[Opening Available data section]

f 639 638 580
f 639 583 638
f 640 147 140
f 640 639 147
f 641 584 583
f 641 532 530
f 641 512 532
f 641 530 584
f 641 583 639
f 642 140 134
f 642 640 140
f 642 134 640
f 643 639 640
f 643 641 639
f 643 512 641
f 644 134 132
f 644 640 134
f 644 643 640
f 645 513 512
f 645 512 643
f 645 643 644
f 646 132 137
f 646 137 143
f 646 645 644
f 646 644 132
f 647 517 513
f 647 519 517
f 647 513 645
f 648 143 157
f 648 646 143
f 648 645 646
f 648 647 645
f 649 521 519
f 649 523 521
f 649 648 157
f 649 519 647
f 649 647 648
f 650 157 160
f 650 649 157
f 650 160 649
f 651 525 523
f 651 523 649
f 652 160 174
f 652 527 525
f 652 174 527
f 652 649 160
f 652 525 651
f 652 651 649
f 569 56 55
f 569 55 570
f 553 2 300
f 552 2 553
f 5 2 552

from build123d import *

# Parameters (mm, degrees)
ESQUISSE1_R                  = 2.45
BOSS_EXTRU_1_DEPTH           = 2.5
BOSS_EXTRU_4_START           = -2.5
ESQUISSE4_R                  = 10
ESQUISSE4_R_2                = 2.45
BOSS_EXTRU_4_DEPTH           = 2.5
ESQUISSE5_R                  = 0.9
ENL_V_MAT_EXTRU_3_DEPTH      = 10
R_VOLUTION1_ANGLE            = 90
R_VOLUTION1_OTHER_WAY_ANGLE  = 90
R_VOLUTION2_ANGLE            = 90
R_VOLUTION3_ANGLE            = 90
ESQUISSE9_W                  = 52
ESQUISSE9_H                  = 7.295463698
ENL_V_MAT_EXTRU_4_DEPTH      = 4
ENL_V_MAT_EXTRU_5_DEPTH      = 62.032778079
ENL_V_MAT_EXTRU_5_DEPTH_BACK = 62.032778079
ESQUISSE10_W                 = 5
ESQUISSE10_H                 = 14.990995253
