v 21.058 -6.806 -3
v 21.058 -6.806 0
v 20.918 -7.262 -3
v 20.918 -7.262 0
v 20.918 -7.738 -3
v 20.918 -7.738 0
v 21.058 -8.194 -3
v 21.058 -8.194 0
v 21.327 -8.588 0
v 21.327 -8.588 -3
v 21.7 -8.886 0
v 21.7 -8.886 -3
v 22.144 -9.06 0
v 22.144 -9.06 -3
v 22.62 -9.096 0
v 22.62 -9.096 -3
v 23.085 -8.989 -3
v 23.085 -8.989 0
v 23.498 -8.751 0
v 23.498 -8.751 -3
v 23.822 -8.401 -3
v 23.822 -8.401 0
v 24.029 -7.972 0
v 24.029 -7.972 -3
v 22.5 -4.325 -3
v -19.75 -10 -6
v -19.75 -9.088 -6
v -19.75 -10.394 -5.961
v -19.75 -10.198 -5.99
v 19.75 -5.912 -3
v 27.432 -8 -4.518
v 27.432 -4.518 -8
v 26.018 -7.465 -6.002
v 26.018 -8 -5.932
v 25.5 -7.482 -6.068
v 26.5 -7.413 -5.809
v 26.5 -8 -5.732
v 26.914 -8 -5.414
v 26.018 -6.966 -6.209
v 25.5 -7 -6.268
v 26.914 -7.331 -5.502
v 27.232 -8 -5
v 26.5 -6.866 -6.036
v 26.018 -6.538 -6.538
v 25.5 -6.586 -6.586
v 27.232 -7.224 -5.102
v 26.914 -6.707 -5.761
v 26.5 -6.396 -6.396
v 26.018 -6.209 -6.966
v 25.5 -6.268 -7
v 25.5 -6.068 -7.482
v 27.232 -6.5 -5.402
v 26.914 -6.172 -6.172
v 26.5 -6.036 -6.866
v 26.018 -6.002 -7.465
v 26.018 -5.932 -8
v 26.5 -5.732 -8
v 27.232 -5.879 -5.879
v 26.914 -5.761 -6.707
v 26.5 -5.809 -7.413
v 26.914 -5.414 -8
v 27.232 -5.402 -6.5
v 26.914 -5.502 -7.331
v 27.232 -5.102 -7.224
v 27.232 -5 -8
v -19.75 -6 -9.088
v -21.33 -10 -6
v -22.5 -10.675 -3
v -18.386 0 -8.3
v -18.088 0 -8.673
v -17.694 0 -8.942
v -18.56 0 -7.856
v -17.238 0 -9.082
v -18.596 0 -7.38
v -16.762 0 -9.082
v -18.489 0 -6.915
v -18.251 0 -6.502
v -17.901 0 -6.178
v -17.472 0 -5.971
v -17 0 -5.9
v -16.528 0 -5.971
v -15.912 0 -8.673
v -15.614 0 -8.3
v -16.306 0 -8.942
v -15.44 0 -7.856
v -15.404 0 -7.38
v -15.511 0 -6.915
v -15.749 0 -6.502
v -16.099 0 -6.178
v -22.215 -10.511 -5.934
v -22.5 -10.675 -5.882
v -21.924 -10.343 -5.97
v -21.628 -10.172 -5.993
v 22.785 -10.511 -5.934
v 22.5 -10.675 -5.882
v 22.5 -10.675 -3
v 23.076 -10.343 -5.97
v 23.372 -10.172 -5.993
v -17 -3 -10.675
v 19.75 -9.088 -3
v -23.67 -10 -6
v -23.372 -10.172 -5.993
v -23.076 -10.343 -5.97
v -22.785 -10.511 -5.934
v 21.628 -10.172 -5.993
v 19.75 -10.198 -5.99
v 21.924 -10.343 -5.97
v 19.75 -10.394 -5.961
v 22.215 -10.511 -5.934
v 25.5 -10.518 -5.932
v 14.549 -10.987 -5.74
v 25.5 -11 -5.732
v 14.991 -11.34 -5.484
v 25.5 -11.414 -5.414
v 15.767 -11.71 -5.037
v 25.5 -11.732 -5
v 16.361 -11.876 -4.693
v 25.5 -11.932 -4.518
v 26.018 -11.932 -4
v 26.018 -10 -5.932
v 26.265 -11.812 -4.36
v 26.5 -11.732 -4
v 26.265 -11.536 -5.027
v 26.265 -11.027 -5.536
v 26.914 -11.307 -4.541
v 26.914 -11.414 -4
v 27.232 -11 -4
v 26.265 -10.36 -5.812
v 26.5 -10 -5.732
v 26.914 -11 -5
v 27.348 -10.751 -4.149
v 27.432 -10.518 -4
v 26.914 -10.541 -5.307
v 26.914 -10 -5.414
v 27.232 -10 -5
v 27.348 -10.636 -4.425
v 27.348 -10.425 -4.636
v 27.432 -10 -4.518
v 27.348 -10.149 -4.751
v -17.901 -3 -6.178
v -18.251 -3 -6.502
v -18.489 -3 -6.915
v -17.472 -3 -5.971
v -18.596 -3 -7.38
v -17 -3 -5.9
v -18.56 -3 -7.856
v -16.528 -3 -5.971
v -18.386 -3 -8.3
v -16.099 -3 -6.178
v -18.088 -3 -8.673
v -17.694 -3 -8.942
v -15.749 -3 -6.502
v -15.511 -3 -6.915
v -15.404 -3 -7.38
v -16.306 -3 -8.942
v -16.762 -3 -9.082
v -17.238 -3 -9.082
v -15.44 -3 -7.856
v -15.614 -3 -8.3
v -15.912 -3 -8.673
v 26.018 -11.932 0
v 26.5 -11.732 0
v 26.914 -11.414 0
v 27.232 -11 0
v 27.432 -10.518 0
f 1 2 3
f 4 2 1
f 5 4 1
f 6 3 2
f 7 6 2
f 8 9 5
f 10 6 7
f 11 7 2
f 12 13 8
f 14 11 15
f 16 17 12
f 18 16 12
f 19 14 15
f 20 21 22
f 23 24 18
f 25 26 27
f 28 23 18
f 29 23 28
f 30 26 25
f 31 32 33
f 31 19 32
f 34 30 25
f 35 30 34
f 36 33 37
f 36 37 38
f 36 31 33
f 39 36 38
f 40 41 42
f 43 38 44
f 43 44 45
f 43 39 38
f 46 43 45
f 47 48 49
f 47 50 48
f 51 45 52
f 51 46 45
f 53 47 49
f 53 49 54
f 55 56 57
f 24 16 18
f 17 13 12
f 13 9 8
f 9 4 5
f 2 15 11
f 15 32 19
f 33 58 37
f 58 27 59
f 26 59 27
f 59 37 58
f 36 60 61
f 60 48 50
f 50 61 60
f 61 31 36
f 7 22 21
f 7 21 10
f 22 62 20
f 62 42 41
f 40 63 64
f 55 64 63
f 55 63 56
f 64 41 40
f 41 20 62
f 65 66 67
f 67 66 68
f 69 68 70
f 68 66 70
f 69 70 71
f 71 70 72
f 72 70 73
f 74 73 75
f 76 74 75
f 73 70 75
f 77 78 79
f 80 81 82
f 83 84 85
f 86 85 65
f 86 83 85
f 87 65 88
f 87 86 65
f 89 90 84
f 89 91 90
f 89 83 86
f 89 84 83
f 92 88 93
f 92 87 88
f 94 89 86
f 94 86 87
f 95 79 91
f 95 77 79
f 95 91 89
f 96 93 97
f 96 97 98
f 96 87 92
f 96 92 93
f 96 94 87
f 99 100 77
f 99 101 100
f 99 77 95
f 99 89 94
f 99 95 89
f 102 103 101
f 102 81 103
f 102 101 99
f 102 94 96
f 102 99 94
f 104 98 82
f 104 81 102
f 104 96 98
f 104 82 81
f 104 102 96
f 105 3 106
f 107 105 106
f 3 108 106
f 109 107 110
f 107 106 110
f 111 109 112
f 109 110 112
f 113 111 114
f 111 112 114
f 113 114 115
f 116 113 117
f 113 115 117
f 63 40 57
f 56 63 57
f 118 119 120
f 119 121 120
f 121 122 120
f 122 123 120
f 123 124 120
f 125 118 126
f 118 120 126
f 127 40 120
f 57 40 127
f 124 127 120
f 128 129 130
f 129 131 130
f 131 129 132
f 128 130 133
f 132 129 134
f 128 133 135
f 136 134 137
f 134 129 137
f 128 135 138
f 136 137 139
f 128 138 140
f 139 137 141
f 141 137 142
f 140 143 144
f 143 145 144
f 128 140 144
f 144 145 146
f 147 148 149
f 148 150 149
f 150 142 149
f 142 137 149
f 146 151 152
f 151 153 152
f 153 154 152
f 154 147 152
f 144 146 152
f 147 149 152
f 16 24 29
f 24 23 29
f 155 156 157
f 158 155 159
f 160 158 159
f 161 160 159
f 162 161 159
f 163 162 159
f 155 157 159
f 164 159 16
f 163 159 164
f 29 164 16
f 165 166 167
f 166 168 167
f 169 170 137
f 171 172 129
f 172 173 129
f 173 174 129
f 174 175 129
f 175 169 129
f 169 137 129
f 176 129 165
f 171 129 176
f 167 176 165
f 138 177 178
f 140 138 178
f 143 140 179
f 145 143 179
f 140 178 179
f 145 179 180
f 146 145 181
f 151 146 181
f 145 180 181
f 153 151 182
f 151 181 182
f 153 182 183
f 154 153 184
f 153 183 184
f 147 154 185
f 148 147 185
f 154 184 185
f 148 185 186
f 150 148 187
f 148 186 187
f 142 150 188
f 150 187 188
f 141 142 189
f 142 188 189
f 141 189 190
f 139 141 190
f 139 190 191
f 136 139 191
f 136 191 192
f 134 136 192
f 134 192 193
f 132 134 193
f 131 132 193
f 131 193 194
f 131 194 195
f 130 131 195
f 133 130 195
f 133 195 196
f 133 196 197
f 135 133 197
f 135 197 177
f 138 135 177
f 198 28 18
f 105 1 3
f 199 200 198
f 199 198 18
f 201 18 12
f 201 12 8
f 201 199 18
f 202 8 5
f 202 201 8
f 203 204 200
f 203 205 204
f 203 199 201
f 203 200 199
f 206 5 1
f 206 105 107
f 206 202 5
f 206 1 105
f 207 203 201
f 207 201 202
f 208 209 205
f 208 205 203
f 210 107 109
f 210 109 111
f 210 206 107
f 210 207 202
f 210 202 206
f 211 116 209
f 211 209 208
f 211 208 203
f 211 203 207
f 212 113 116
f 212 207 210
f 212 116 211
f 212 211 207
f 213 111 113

[Closing Available data section]

Looking at the data above, write out exactly the lines that start at the one containing "f 158 155 159" and end at the one containing "f 210 202 206"; include both and nothing beyond.

Answer to this problem:
f 158 155 159
f 160 158 159
f 161 160 159
f 162 161 159
f 163 162 159
f 155 157 159
f 164 159 16
f 163 159 164
f 29 164 16
f 165 166 167
f 166 168 167
f 169 170 137
f 171 172 129
f 172 173 129
f 173 174 129
f 174 175 129
f 175 169 129
f 169 137 129
f 176 129 165
f 171 129 176
f 167 176 165
f 138 177 178
f 140 138 178
f 143 140 179
f 145 143 179
f 140 178 179
f 145 179 180
f 146 145 181
f 151 146 181
f 145 180 181
f 153 151 182
f 151 181 182
f 153 182 183
f 154 153 184
f 153 183 184
f 147 154 185
f 148 147 185
f 154 184 185
f 148 185 186
f 150 148 187
f 148 186 187
f 142 150 188
f 150 187 188
f 141 142 189
f 142 188 189
f 141 189 190
f 139 141 190
f 139 190 191
f 136 139 191
f 136 191 192
f 134 136 192
f 134 192 193
f 132 134 193
f 131 132 193
f 131 193 194
f 131 194 195
f 130 131 195
f 133 130 195
f 133 195 196
f 133 196 197
f 135 133 197
f 135 197 177
f 138 135 177
f 198 28 18
f 105 1 3
f 199 200 198
f 199 198 18
f 201 18 12
f 201 12 8
f 201 199 18
f 202 8 5
f 202 201 8
f 203 204 200
f 203 205 204
f 203 199 201
f 203 200 199
f 206 5 1
f 206 105 107
f 206 202 5
f 206 1 105
f 207 203 201
f 207 201 202
f 208 209 205
f 208 205 203
f 210 107 109
f 210 109 111
f 210 206 107
f 210 207 202
f 210 202 206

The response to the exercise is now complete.